前回の記事でCellProfilerのExample pipelineを紹介しました.
この記事では,CellProfilerを使って核染色,細胞質染色,PH3(リン酸化ヒストンH3)を染色した画像データから,以下のように「核」「細胞」「PH3」オブジェクトを認識して各領域での蛍光強度やエリア値などを算出しました.
今回は,CellProfilerの解析から得られた結果をKNIMEで可視化してみたので紹介しようと思います.
この記事を書くきっかけは,@Pen先生のブログでChemoinformaticsのデータをKNIMEを使って可視化する記事を読んだことです.
Make interactive plot with Knime #RDKit #Chemoinformatics #Knime | Is life worth living?
この記事を見て是非自分でもやってみたいと思い,HCAのデータを使って同じような可視化を行いました.

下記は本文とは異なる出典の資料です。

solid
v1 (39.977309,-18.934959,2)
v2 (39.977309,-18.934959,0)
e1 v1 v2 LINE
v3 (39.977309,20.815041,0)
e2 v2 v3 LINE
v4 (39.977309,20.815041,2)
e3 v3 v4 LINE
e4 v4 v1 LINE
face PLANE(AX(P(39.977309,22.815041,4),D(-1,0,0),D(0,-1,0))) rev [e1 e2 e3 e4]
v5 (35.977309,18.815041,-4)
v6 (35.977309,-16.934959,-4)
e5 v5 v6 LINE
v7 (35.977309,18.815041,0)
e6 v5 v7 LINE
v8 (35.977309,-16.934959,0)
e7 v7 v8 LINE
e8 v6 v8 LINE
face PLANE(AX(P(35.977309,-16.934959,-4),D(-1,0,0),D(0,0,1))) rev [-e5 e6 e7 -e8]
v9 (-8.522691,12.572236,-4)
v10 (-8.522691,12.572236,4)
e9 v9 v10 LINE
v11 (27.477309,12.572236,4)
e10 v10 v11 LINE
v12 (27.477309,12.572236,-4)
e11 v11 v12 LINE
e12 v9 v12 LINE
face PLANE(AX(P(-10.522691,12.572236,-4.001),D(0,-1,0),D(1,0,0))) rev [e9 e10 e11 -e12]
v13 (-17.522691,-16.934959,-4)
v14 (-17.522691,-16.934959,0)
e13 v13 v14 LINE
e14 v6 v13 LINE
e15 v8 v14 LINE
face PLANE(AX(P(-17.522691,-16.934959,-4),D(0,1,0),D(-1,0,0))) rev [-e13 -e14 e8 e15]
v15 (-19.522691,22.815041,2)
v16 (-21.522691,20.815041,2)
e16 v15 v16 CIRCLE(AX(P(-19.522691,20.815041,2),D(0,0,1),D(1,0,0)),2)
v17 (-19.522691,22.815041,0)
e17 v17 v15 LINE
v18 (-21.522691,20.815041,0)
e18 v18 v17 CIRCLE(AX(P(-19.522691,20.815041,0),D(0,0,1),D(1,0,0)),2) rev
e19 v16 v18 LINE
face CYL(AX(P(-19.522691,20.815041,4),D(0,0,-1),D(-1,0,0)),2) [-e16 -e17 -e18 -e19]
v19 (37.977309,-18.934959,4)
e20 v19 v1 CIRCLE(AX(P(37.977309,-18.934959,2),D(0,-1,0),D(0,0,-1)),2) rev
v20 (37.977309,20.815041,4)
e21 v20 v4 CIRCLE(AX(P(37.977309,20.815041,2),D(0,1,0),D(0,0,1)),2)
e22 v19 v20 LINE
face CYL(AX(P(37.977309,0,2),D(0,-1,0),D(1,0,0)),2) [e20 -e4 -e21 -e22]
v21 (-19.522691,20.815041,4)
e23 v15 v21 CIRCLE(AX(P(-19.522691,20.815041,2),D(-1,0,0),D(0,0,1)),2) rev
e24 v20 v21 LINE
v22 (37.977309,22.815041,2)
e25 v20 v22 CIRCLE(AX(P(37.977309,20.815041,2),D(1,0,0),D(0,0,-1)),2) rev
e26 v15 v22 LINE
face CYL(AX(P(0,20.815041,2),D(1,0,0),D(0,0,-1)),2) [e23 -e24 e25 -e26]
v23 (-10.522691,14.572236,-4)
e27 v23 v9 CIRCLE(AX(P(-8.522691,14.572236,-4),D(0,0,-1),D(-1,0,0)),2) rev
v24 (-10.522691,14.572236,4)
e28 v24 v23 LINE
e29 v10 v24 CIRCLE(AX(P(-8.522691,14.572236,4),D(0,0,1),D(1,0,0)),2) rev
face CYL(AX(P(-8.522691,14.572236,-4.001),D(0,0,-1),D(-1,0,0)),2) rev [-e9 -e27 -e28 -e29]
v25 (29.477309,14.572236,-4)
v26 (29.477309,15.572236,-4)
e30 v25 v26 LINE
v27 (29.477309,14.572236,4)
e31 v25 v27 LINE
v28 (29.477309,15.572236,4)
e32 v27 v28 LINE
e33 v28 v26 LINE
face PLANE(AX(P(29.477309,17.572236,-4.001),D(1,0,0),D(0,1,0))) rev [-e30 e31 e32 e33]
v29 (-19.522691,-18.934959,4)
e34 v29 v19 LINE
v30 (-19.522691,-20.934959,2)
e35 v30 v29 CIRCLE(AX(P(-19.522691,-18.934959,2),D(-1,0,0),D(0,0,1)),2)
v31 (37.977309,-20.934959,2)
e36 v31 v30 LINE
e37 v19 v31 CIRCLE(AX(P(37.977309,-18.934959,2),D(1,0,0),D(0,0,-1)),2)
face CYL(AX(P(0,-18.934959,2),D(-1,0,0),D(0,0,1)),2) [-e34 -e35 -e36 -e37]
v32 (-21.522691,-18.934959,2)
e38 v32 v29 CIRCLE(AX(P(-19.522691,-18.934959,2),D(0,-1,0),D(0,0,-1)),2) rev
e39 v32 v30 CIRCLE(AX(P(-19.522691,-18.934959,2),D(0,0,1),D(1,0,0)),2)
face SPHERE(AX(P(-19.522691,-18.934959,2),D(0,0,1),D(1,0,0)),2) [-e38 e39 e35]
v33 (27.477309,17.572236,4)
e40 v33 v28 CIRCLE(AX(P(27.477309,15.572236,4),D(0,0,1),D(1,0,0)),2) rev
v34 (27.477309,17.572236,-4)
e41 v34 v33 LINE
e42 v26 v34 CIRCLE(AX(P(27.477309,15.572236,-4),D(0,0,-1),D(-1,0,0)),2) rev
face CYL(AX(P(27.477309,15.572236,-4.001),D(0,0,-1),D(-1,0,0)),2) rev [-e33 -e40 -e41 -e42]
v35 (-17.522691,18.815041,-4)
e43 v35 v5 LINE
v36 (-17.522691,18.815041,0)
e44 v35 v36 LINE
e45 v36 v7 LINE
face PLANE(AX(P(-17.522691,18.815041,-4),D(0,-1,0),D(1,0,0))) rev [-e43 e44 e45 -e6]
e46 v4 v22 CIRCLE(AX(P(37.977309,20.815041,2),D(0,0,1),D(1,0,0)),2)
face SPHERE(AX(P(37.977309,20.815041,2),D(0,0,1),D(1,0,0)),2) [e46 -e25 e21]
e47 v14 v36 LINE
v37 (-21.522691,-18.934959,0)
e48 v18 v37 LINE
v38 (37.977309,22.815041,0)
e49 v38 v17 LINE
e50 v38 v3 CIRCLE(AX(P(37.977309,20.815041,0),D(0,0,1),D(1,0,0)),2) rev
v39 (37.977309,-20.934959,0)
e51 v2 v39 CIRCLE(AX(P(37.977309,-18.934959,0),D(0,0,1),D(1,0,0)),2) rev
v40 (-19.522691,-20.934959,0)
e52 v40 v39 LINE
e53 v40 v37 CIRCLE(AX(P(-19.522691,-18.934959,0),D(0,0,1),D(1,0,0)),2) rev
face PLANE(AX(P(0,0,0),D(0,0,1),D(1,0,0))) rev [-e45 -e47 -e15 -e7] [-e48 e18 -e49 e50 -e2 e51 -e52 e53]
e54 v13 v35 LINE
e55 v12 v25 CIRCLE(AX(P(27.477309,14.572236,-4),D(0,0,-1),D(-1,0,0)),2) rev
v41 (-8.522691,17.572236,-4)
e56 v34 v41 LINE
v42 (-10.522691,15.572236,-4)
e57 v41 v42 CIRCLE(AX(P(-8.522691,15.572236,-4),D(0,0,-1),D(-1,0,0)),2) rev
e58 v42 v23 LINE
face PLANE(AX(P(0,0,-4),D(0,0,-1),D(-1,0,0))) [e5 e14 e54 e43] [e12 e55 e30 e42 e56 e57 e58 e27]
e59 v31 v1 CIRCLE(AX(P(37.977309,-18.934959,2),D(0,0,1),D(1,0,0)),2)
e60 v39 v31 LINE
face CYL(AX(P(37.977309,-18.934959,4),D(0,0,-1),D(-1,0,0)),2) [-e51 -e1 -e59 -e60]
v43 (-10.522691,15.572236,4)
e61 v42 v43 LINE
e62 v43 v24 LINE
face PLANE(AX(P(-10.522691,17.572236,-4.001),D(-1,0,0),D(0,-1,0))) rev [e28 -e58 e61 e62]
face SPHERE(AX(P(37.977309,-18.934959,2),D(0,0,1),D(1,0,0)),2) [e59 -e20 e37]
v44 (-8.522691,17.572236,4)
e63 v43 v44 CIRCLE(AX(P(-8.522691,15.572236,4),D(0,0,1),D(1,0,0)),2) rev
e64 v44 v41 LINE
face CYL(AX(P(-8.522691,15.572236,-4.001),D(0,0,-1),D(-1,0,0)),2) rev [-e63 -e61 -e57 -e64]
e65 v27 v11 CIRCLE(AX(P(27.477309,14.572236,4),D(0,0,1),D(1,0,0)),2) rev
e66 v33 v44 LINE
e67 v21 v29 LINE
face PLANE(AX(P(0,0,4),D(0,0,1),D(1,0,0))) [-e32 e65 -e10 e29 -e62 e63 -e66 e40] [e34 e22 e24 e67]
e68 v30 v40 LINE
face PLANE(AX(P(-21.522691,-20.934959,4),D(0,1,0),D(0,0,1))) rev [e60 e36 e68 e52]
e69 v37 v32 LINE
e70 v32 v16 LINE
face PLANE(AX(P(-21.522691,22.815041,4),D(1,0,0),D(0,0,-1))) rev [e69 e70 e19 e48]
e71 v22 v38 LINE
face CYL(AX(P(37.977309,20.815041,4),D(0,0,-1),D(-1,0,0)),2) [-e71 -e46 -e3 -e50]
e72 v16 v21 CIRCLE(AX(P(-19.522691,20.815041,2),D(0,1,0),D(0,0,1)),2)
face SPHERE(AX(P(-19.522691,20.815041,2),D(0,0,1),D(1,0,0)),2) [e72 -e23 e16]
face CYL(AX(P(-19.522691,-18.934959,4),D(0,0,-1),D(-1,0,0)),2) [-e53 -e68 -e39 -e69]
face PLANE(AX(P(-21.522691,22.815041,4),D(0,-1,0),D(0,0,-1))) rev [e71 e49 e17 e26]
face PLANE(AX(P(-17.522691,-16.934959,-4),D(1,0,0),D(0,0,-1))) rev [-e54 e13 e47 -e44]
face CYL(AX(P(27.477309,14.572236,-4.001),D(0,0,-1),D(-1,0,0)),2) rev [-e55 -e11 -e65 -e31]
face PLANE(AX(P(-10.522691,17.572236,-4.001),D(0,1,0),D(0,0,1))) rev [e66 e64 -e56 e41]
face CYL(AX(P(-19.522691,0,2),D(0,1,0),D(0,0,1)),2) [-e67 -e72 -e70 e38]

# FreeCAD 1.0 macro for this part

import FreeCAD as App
import Part
import Sketcher

V = App.Vector


def edges_at(feature, points):
    """Names of the edges that pass closest to the given points."""
    edges = feature.Shape.Edges
    near = lambda p: min(range(len(edges)), key=lambda i: edges[i].distToShape(Part.Vertex(*p))[0])
    return sorted({f"Edge{near(p) + 1}" for p in points})

doc = App.newDocument("Part")
body = doc.addObject("PartDesign::Body", "Body")

# Sketch on XY plane
sketch1 = body.newObject("Sketcher::SketchObject", "Sketch")
sketch1.AttachmentSupport = (doc.getObject("XY_Plane"), [""])
sketch1.MapMode = "FlatFace"
sketch1.addGeometry([
    Part.LineSegment(V(-22, 23, 0), V(-22, -21, 0)),
    Part.LineSegment(V(-22, -21, 0), V(40, -21, 0)),
    Part.LineSegment(V(40, -21, 0), V(40, 23, 0)),
    Part.LineSegment(V(40, 23, 0), V(-22, 23, 0)),
], False)
sketch1.addConstraint([
    Sketcher.Constraint("Coincident", 0, 2, 1, 1),
    Sketcher.Constraint("Coincident", 1, 2, 2, 1),
    Sketcher.Constraint("Coincident", 2, 2, 3, 1),
    Sketcher.Constraint("Coincident", 3, 2, 0, 1),
    Sketcher.Constraint("Vertical", 0),
    Sketcher.Constraint("Horizontal", 1),
    Sketcher.Constraint("Vertical", 2),
    Sketcher.Constraint("Horizontal", 3),
    Sketcher.Constraint("DistanceX", 1, 1, 1, 2, 61.5),
    Sketcher.Constraint("DistanceY", 0, 2, 0, 1, 43.75),
    Sketcher.Constraint("DistanceX", 0, 2, -1, 1, 21.522691),
    Sketcher.Constraint("DistanceY", 0, 2, -1, 1, 20.934959),
])
pad1 = body.newObject("PartDesign::Pad", "Pad")
pad1.Profile = sketch1
pad1.Length = 4

# Sketch on XY plane
sketch2 = body.newObject("Sketcher::SketchObject", "Sketch001")
sketch2.AttachmentSupport = (doc.getObject("XY_Plane"), [""])
sketch2.MapMode = "FlatFace"
sketch2.addGeometry([
    Part.LineSegment(V(36, 19, 0), V(36, -17, 0)),
    Part.LineSegment(V(36, -17, 0), V(-18, -17, 0)),
    Part.LineSegment(V(-18, -17, 0), V(-18, 19, 0)),
    Part.LineSegment(V(-18, 19, 0), V(36, 19, 0)),
], False)
sketch2.addConstraint([
    Sketcher.Constraint("Coincident", 0, 2, 1, 1),
    Sketcher.Constraint("Coincident", 1, 2, 2, 1),
    Sketcher.Constraint("Coincident", 2, 2, 3, 1),
    Sketcher.Constraint("Coincident", 3, 2, 0, 1),
    Sketcher.Constraint("Vertical", 0),
    Sketcher.Constraint("Horizontal", 1),
    Sketcher.Constraint("Vertical", 2),
    Sketcher.Constraint("Horizontal", 3),
    Sketcher.Constraint("DistanceX", 1, 2, 1, 1, 53.5),
    Sketcher.Constraint("DistanceY", 0, 2, 0, 1, 35.75),
    Sketcher.Constraint("DistanceX", -1, 1, 0, 2, 35.977309),
    Sketcher.Constraint("DistanceY", 0, 2, -1, 1, 16.934959),
])
pad2 = body.newObject("PartDesign::Pad", "Pad001")
pad2.Profile = sketch2
pad2.Length = 4
pad2.Reversed = True
doc.recompute()

fillet = body.newObject("PartDesign::Fillet", "Fillet")
fillet.Base = (pad2, edges_at(pad2, [
    (39.977, 0.94, 4),
    (9.227, 22.815, 4),
    (-21.523, 0.94, 4),
    (-21.523, 22.815, 2),
    (39.977, 22.815, 2),
    (39.977, -20.935, 2),
    (-21.523, -20.935, 2),
    (9.227, -20.935, 4),
]))
fillet.Radius = 2

# Sketch on XY plane
sketch3 = body.newObject("Sketcher::SketchObject", "Sketch002")
sketch3.AttachmentSupport = (doc.getObject("XY_Plane"), [""])
sketch3.MapMode = "FlatFace"
sketch3.AttachmentOffset = App.Placement(V(0, 0, 4), App.Rotation())
sketch3.addGeometry([
    Part.LineSegment(V(-11, 18, 0), V(-11, 13, 0)),
    Part.LineSegment(V(-11, 13, 0), V(29, 13, 0)),
    Part.LineSegment(V(29, 13, 0), V(29, 18, 0)),
    Part.LineSegment(V(29, 18, 0), V(-11, 18, 0)),
], False)
sketch3.addConstraint([
    Sketcher.Constraint("Coincident", 0, 2, 1, 1),
    Sketcher.Constraint("Coincident", 1, 2, 2, 1),
    Sketcher.Constraint("Coincident", 2, 2, 3, 1),
    Sketcher.Constraint("Coincident", 3, 2, 0, 1),
    Sketcher.Constraint("Vertical", 0),
    Sketcher.Constraint("Horizontal", 1),
    Sketcher.Constraint("Vertical", 2),
    Sketcher.Constraint("Horizontal", 3),
    Sketcher.Constraint("DistanceX", 1, 1, 1, 2, 40.0),
    Sketcher.Constraint("DistanceY", 0, 2, 0, 1, 5.0),
    Sketcher.Constraint("DistanceX", 0, 2, -1, 1, 10.522691),
    Sketcher.Constraint("DistanceY", -1, 1, 0, 2, 12.572236),
])
pocket1 = body.newObject("PartDesign::Pocket", "Pocket")
pocket1.Profile = sketch3
pocket1.Type = "UpToFirst"
doc.recompute()

fillet2 = body.newObject("PartDesign::Fillet", "Fillet001")
fillet2.Base = (pocket1, edges_at(pocket1, [
    (-10.523, 12.572, 0),
    (-10.523, 17.572, 0),
    (29.477, 17.572, 0),
    (29.477, 12.572, 0),
]))
fillet2.Radius = 2

doc.recompute()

まずは,HCAのデータをシンプルに可視化しよう考えました.
画像データだけでは,細胞の位置は定性的にしかわかりません.しかし,CellProfilerの解析(high content analysis)によって細胞の位置情報を定量化することができるので,以下の図のようにKNIME上で画像データの細胞の位置情報を再現するようなScatter plotをかくことができます.
KNIMEのフローは以下の通りです.
まずは,CellProfilerの解析で得られたCSVファイルを読み込みます.
各列には,抽出した特徴量やオブジェクトの番号が,各行はそれぞれの細胞を示しています.
細胞は視野内に290個あるので,290行のデータがあります.
上図は「Cell」と「PH3」の2つのファイルを読み込んだ結果を示していますが,「Cell」と「Nuclei」,「PH3」と「Nuclei」はそれぞれ紐づいていたので,「Parent Nuclei」を使って2つのデータを紐づけることができそうです.
データの可視化までは単純作業なので簡単に説明します.
Y軸の変更
CellProfilerで取得した「Cell」の特徴量の中には,各細胞のWell内のX座標,Y座標といった位置情報もあります.しかし,CellProfilerではY軸は上がゼロだったのですが,KNIMEでscatter plotを書くときは原点は左下なので,グラフにすると上下逆になってしまいます. これを「Math Formula」を使って修正しました.
PH3ポジティブの細胞をマーク
「Constant Value column」で「Cell」と「PH3」のカラムをそれぞれのデータに追加しました.
その後「Joiner」で2つのデータを合わせ,「Column combiner」と「String manipulation」を使ってPH3ポジの細胞は「Cell-PH3」,PH3ネガの細胞は「Cell」と名前を付けました.
PH3ポジティブの細胞の色を変える
「Color manager」というノードを使うと,各行ごとに色を付けることができます.ここでは,「Cell」と「Cell-PH3」を色でわけることにしました.
最後にデータの可視化のために作成したMetanodeについて説明します.
「右クリック」⇒「Wrapped Metanode」⇒「Open」でMetanodeを開くと,右下図のようなノードが格納されていることがわかります.
色々なデータの解析や可視化ができますが,今回は「Scatter Plot」,「Table view」,「Conditional Box Plot」を使いました.
ちなみに,Metanodeを作成するときは,格納したいノードを選択して,「右クリック」⇒「Encapsulate into Wrapped Metanode」で作ることができます.
また,以下のように「Node」⇒「Wrapped Metanode Node Usage And Layout」から,データの表示の仕方も変更することができます!
レイアウトも整えたので,実際にMetanode のinteractive viewsを開くと,以下のように,レイアウト通りのグラフや表を出力することができました.
「Scatter Plot」ではX軸とY軸に,各細胞のWell内のX座標,Y座標を使用し,PH3ポジとネガの細胞ごとにで色分けをしました.
また,「Conditional Box Plot」ではPH3ポジとネガの細胞ごとのDNAの平均蛍光強度を表示しています.
Scatter plotやBox plotも簡単に描くことができるので,KNIME大変便利です.
せっかくなので,interactive viewsでどのようにデータを見ることができるか動画で示したいと思います. (pen先生の真似をしました…!)
これらのノードを使うと,単純にグラフを書くだけでなく,可視化されたデータを触って解析することができます.
動画で示していますが,特定の細胞集団の特徴量がどうなっているかなどを簡単に見ることができます.
こんな可視化までKNIMEでできるとは知らなかったので,勉強になりました. 実はCellProfilerのKNIMEノードもあるので,KNIME上で「CellProfilerで画像解析」⇒「データ解析(多変量解析とか)」⇒「ビジュアライゼーション」まで一通りできてしまうみたいですので,引き続きKNIME & CellProfilerの使い方を習得していきます.